#### INPUT DATA ####
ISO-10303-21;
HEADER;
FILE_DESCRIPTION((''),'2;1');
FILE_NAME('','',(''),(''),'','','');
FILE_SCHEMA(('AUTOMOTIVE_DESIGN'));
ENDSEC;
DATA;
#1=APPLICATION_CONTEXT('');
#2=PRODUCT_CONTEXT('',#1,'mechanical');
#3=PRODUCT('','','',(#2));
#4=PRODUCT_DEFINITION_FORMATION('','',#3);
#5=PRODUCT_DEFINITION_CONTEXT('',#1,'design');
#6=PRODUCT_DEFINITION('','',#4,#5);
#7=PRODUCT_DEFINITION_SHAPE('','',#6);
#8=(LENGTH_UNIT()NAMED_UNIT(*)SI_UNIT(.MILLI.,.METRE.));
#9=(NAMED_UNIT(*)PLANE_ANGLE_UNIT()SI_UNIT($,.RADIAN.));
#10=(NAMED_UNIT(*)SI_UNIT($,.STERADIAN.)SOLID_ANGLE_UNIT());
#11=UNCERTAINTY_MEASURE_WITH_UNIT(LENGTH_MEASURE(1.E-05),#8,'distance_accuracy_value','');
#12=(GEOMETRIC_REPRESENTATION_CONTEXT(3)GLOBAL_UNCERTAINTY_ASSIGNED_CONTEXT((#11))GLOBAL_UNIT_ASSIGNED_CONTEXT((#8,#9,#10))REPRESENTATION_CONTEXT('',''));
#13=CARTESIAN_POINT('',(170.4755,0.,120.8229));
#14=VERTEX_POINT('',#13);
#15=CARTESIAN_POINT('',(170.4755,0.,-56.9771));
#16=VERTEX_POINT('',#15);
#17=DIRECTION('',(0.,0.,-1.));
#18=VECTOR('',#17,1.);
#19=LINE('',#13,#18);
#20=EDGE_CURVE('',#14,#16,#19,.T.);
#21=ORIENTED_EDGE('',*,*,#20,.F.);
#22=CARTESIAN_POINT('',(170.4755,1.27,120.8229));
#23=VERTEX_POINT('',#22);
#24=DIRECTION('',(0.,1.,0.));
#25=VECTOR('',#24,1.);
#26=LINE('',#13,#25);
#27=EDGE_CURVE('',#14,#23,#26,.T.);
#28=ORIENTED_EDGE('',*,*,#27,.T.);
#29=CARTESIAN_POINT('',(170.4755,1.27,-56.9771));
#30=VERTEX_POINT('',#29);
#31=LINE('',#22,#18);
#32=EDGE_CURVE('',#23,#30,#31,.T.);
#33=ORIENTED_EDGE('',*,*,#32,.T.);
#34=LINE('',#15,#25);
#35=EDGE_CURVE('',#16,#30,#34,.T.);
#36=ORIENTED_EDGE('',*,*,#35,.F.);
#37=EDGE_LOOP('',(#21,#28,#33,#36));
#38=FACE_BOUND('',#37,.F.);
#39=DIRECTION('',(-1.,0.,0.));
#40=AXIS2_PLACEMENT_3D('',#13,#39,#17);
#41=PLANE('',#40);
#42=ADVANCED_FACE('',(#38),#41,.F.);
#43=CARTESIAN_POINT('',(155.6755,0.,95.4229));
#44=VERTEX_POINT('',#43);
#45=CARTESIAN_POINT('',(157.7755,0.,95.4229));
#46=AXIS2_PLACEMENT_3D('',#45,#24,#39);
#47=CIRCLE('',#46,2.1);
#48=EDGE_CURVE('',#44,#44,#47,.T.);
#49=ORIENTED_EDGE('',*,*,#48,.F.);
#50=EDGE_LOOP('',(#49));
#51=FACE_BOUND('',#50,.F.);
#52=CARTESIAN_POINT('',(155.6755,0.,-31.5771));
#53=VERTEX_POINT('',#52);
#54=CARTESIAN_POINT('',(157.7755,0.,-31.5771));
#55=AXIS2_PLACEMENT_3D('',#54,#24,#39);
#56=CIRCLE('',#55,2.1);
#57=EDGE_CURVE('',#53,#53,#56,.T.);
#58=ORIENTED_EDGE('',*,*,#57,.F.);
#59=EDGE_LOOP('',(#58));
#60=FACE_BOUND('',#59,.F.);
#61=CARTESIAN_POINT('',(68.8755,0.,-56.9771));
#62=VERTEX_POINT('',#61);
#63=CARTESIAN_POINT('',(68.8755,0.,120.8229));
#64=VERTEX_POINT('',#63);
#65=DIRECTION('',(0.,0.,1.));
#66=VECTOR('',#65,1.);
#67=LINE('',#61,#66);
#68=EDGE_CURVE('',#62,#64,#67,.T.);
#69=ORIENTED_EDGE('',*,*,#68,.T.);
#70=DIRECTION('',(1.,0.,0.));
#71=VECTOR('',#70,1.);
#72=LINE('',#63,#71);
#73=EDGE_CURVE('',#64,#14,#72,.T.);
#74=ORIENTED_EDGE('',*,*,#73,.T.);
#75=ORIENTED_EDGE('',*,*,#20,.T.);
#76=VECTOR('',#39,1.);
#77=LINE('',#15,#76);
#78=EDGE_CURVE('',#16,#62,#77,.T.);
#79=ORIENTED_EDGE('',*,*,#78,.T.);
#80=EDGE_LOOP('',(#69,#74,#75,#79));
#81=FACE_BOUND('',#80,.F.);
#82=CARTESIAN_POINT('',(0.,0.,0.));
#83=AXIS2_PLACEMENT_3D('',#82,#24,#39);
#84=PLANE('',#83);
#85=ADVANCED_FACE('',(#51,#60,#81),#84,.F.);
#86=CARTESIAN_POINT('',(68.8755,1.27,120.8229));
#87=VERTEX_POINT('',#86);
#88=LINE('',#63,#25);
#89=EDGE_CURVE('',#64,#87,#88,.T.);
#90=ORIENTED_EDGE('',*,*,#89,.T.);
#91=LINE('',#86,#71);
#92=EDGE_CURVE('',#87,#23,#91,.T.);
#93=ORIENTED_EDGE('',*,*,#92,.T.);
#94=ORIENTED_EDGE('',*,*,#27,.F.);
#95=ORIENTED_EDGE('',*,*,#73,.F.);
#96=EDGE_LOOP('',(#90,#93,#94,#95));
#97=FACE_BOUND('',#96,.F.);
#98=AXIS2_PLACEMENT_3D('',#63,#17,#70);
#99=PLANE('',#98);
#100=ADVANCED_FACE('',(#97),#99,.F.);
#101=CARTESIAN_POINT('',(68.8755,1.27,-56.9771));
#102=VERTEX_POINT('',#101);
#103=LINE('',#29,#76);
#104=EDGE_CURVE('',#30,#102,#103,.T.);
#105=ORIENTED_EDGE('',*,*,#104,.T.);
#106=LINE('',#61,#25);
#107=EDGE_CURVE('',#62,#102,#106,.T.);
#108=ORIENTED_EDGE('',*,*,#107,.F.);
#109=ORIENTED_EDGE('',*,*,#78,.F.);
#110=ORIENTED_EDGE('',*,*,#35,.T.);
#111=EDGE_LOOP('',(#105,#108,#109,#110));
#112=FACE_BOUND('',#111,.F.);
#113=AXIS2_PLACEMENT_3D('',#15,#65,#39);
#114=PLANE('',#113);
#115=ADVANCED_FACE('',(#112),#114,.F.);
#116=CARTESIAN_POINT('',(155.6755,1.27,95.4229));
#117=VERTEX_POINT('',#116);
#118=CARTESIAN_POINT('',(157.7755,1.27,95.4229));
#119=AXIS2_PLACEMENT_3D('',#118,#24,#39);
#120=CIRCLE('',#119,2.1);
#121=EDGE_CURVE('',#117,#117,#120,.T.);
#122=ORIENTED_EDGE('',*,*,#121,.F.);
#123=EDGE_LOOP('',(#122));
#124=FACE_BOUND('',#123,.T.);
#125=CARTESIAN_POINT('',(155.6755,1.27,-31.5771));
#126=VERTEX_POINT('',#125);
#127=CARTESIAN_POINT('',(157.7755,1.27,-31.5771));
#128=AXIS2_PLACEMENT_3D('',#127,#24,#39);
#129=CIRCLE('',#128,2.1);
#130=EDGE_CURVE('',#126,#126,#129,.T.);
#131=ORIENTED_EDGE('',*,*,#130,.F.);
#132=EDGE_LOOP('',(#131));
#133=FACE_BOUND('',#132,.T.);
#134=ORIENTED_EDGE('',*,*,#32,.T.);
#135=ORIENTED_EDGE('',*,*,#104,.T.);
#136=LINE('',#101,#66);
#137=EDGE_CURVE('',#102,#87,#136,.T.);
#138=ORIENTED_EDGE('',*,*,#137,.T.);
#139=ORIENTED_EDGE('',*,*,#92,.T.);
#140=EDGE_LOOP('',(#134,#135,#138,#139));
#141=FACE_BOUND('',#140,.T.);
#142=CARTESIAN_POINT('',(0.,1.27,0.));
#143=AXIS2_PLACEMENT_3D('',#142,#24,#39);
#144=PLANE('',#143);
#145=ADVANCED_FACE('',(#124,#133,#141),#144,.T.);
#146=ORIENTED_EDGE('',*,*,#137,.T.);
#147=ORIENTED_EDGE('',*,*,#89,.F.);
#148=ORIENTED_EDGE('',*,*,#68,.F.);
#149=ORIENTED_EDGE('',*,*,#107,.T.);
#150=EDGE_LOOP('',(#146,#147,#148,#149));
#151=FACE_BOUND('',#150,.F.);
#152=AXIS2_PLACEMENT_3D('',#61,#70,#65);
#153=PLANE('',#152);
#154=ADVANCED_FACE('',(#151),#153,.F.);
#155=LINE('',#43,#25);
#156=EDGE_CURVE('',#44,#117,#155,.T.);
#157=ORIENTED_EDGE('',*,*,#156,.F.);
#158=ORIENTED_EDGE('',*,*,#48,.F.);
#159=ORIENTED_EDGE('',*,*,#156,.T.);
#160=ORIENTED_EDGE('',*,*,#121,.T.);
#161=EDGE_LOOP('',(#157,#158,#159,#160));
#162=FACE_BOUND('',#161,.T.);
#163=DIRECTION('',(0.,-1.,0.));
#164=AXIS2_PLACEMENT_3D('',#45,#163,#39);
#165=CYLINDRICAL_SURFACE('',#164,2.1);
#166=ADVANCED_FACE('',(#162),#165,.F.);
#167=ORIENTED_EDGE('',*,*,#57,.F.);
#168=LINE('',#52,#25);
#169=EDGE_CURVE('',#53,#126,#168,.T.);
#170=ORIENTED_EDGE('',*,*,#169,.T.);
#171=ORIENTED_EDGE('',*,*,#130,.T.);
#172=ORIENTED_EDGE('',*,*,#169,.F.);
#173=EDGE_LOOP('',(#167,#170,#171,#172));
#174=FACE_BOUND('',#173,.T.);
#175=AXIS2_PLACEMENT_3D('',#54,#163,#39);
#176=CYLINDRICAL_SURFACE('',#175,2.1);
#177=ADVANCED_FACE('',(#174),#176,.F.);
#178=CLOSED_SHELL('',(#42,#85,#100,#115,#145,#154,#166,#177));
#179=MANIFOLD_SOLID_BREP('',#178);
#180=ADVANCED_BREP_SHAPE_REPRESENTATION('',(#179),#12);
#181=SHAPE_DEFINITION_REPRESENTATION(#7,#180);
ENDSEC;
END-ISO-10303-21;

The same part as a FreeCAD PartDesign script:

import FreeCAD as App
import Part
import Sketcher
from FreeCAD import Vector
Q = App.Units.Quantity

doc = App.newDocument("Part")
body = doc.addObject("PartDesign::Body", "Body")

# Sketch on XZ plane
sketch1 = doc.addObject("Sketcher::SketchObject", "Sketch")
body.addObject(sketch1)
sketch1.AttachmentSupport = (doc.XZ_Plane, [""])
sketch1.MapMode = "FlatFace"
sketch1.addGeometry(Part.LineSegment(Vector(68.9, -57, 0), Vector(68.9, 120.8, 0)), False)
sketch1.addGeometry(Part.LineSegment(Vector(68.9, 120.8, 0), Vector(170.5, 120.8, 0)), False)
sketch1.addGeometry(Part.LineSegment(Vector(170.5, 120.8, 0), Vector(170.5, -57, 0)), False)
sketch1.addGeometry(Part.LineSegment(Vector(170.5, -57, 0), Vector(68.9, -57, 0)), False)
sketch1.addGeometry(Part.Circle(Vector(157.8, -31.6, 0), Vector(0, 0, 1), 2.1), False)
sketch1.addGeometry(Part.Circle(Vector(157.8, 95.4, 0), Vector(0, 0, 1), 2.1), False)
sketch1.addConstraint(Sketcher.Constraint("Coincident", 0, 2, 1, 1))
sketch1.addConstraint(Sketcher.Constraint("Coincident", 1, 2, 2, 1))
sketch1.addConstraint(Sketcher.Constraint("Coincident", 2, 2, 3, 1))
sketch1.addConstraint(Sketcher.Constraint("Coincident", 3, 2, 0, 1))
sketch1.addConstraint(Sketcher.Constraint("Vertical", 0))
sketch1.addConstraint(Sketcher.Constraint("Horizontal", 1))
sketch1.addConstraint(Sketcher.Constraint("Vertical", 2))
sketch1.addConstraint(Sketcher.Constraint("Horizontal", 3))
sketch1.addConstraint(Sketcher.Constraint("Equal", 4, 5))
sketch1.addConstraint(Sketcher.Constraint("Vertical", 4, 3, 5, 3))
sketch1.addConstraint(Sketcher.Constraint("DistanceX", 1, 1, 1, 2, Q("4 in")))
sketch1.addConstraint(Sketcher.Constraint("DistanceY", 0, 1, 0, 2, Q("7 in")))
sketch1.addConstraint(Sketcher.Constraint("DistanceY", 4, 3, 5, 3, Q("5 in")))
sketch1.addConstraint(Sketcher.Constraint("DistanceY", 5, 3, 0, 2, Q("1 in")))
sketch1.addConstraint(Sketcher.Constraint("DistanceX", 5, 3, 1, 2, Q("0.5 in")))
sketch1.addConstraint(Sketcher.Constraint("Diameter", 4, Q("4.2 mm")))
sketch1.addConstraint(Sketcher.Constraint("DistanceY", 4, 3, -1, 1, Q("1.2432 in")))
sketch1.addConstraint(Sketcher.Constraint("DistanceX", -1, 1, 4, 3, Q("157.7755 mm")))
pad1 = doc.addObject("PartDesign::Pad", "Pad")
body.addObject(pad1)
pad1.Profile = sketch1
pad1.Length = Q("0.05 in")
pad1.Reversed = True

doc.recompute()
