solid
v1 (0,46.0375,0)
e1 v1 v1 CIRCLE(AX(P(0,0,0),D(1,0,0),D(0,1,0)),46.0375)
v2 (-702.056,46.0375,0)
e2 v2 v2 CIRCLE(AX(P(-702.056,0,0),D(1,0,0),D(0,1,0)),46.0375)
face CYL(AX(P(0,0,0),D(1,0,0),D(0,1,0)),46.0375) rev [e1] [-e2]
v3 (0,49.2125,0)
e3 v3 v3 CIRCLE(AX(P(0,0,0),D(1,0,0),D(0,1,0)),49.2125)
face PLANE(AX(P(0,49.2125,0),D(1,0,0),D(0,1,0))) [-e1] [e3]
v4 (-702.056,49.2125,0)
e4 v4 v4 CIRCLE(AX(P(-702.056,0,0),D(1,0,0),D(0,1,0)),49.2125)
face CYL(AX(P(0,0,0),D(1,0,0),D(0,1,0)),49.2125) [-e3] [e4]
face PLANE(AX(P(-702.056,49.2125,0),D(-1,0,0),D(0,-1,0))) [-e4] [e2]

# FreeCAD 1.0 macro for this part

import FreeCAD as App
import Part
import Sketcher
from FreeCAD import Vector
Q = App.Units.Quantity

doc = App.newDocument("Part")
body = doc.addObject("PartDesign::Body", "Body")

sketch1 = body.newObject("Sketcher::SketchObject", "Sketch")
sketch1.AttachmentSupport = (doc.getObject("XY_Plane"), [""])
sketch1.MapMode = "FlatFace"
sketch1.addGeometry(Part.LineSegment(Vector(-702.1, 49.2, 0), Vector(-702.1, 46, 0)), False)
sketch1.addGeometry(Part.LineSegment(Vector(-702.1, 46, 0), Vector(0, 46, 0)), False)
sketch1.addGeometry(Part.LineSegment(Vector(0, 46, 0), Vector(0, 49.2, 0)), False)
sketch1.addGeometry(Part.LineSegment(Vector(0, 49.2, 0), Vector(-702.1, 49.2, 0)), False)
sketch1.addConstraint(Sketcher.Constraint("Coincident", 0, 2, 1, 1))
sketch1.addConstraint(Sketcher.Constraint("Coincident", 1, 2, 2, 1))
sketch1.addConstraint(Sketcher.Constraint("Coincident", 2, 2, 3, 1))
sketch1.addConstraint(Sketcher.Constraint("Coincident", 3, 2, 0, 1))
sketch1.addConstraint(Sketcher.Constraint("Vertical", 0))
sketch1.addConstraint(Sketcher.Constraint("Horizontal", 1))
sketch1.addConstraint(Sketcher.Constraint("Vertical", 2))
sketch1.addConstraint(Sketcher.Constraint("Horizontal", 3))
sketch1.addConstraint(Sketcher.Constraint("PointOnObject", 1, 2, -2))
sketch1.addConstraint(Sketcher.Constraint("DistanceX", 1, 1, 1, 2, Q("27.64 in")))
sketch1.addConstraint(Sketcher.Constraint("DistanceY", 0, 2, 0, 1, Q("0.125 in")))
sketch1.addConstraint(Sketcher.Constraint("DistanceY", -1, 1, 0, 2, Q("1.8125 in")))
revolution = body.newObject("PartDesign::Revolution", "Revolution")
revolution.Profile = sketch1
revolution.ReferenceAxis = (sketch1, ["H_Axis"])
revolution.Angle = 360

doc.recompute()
####
■ **THE PROBLEM**
Print the lines above from the one with "#129=CIRCLE('',#128,2.1);" through the one with "#146=ORIENTED_EDGE('',*,*,#137,.T.);", both included, exactly as written and nothing more.

■ **FINISHED TASK**
#129=CIRCLE('',#128,2.1);
#130=EDGE_CURVE('',#126,#126,#129,.T.);
#131=ORIENTED_EDGE('',*,*,#130,.F.);
#132=EDGE_LOOP('',(#131));
#133=FACE_BOUND('',#132,.T.);
#134=ORIENTED_EDGE('',*,*,#32,.T.);
#135=ORIENTED_EDGE('',*,*,#104,.T.);
#136=LINE('',#101,#66);
#137=EDGE_CURVE('',#102,#87,#136,.T.);
#138=ORIENTED_EDGE('',*,*,#137,.T.);
#139=ORIENTED_EDGE('',*,*,#92,.T.);
#140=EDGE_LOOP('',(#134,#135,#138,#139));
#141=FACE_BOUND('',#140,.T.);
#142=CARTESIAN_POINT('',(0.,1.27,0.));
#143=AXIS2_PLACEMENT_3D('',#142,#24,#39);
#144=PLANE('',#143);
#145=ADVANCED_FACE('',(#124,#133,#141),#144,.T.);
#146=ORIENTED_EDGE('',*,*,#137,.T.);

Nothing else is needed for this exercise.